» EXERCISE OBJECTIVE
Below are entries. Reproduce exactly the lines between the line holding "#48=ORIENTED_EDGE('',*,*,#47,.T.);" and the line holding "#72=VERTEX_POINT('',#71);", inclusive, and only those.

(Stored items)

══════════════════════════════

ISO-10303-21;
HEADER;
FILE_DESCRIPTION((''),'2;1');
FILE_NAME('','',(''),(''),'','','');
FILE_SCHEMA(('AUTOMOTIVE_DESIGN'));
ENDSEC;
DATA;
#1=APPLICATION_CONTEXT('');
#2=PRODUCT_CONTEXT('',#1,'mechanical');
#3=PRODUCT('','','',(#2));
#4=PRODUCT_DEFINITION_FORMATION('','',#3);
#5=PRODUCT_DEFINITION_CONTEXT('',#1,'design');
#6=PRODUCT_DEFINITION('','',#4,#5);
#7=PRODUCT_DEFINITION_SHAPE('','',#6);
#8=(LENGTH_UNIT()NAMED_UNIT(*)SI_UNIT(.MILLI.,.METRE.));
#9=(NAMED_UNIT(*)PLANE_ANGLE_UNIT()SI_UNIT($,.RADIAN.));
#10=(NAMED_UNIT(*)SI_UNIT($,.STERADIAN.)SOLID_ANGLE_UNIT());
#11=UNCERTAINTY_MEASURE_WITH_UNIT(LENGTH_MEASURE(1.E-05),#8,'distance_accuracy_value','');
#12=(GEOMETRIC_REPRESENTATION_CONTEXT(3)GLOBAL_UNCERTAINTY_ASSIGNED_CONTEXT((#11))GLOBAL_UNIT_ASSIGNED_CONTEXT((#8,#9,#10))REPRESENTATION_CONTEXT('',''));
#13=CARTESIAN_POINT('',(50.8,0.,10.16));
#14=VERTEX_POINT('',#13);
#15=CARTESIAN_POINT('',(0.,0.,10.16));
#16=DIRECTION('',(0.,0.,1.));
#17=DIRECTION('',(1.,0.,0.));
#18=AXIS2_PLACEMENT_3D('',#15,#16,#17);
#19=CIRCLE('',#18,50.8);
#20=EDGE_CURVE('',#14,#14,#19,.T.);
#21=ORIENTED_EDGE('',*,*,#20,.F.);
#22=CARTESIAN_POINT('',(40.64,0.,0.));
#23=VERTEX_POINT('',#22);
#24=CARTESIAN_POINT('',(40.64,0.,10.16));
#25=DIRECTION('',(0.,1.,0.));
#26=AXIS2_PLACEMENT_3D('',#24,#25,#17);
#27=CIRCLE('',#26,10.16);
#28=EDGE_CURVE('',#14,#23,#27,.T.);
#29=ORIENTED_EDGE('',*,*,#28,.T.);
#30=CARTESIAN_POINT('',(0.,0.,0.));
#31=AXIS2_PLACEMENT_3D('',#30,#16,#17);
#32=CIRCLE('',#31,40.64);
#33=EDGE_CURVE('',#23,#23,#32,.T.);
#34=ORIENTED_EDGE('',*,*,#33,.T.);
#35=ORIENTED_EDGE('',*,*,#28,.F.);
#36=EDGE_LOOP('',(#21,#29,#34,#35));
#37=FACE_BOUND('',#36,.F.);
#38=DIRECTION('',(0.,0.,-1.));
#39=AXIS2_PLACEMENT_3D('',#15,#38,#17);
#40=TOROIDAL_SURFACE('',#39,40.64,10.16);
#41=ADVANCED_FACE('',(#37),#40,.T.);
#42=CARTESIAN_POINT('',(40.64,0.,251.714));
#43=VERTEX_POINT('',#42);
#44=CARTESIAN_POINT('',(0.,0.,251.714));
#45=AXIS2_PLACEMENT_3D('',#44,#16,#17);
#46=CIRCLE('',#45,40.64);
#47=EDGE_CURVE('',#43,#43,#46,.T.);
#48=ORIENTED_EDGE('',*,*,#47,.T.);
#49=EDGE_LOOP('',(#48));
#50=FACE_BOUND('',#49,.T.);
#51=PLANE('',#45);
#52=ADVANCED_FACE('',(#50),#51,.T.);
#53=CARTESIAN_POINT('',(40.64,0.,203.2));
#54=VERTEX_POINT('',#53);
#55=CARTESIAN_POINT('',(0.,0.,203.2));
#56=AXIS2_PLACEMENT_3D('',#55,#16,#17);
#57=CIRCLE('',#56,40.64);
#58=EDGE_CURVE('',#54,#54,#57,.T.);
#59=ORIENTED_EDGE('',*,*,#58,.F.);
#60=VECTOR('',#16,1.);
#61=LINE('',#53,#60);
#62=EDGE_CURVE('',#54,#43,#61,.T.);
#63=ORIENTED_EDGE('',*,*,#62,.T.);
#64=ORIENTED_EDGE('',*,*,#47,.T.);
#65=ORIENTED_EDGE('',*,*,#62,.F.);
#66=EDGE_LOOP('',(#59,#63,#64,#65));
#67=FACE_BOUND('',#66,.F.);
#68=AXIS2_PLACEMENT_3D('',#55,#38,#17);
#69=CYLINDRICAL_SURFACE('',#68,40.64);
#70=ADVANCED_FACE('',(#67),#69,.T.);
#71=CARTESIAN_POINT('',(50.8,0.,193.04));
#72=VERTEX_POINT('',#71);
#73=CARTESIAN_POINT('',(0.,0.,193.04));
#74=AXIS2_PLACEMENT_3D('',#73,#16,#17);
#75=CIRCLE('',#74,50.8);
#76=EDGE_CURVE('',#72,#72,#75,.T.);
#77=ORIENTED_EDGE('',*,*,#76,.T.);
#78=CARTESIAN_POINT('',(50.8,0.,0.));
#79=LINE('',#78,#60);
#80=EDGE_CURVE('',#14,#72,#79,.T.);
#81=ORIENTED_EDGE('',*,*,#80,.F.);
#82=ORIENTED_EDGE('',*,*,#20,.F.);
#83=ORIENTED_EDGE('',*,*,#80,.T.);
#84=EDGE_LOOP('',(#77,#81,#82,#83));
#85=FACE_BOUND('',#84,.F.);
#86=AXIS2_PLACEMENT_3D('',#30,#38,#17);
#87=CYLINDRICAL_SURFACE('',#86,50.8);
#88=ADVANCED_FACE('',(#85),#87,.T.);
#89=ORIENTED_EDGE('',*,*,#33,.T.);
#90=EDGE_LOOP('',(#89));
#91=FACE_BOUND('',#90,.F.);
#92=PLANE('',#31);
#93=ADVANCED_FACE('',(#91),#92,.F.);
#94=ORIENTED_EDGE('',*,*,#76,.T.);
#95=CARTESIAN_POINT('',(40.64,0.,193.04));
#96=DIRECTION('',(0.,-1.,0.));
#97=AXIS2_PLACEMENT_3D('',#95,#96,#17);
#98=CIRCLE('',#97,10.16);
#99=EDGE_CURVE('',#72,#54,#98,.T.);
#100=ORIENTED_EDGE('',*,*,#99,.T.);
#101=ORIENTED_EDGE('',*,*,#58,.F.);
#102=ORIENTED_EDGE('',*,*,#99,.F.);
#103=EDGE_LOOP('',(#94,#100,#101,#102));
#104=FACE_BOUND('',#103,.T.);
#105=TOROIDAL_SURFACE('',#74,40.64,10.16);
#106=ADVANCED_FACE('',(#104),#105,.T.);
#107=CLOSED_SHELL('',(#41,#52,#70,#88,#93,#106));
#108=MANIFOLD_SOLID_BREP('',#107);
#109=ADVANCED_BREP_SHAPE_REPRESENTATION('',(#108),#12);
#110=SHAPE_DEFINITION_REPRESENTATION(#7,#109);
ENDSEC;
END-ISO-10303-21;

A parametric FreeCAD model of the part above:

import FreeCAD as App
import Part
import Sketcher
Q = App.Units.Quantity

doc = App.newDocument("Part")
body = doc.addObject("PartDesign::Body", "Body")

sketch1 = doc.addObject("Sketcher::SketchObject", "Sketch")
body.addObject(sketch1)
sketch1.AttachmentSupport = (doc.XY_Plane, [""])
sketch1.MapMode = "FlatFace"
sketch1.addGeometry(Part.Circle(App.Vector(0, 0, 0), App.Vector(0, 0, 1), 51), False)
sketch1.addConstraint(Sketcher.Constraint("Coincident", 0, 3, -1, 1))
sketch1.addConstraint(Sketcher.Constraint("Diameter", 0, Q("4 in")))
pad1 = doc.addObject("PartDesign::Pad", "Pad")
body.addObject(pad1)
pad1.Profile = sketch1
pad1.Length = Q("8 in")
doc.recompute()

fillet = doc.addObject("PartDesign::Fillet", "Fillet")
body.addObject(fillet)
fillet.Base = (pad1, ["Edge1"])
fillet.UseAllEdges = True
fillet.Radius = Q("0.4 in")

sketch2 = doc.addObject("Sketcher::SketchObject", "Sketch001")
body.addObject(sketch2)
sketch2.AttachmentSupport = (doc.XY_Plane, [""])
sketch2.MapMode = "FlatFace"
sketch2.AttachmentOffset = App.Placement(App.Vector(0, 0, 8 * 25.4), App.Rotation())
sketch2.addGeometry(Part.Circle(App.Vector(0, 0, 0), App.Vector(0, 0, 1), 41), False)
sketch2.addConstraint(Sketcher.Constraint("Coincident", 0, 3, -1, 1))
sketch2.addConstraint(Sketcher.Constraint("Diameter", 0, Q("3.2 in")))
pad2 = doc.addObject("PartDesign::Pad", "Pad001")
body.addObject(pad2)
pad2.Profile = sketch2
pad2.Length = Q("1.91 in")

doc.recompute()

══════════════════════════════

» REPLY TO THE TASK
#48=ORIENTED_EDGE('',*,*,#47,.T.);
#49=EDGE_LOOP('',(#48));
#50=FACE_BOUND('',#49,.T.);
#51=PLANE('',#45);
#52=ADVANCED_FACE('',(#50),#51,.T.);
#53=CARTESIAN_POINT('',(40.64,0.,203.2));
#54=VERTEX_POINT('',#53);
#55=CARTESIAN_POINT('',(0.,0.,203.2));
#56=AXIS2_PLACEMENT_3D('',#55,#16,#17);
#57=CIRCLE('',#56,40.64);
#58=EDGE_CURVE('',#54,#54,#57,.T.);
#59=ORIENTED_EDGE('',*,*,#58,.F.);
#60=VECTOR('',#16,1.);
#61=LINE('',#53,#60);
#62=EDGE_CURVE('',#54,#43,#61,.T.);
#63=ORIENTED_EDGE('',*,*,#62,.T.);
#64=ORIENTED_EDGE('',*,*,#47,.T.);
#65=ORIENTED_EDGE('',*,*,#62,.F.);
#66=EDGE_LOOP('',(#59,#63,#64,#65));
#67=FACE_BOUND('',#66,.F.);
#68=AXIS2_PLACEMENT_3D('',#55,#38,#17);
#69=CYLINDRICAL_SURFACE('',#68,40.64);
#70=ADVANCED_FACE('',(#67),#69,.T.);
#71=CARTESIAN_POINT('',(50.8,0.,193.04));
#72=VERTEX_POINT('',#71);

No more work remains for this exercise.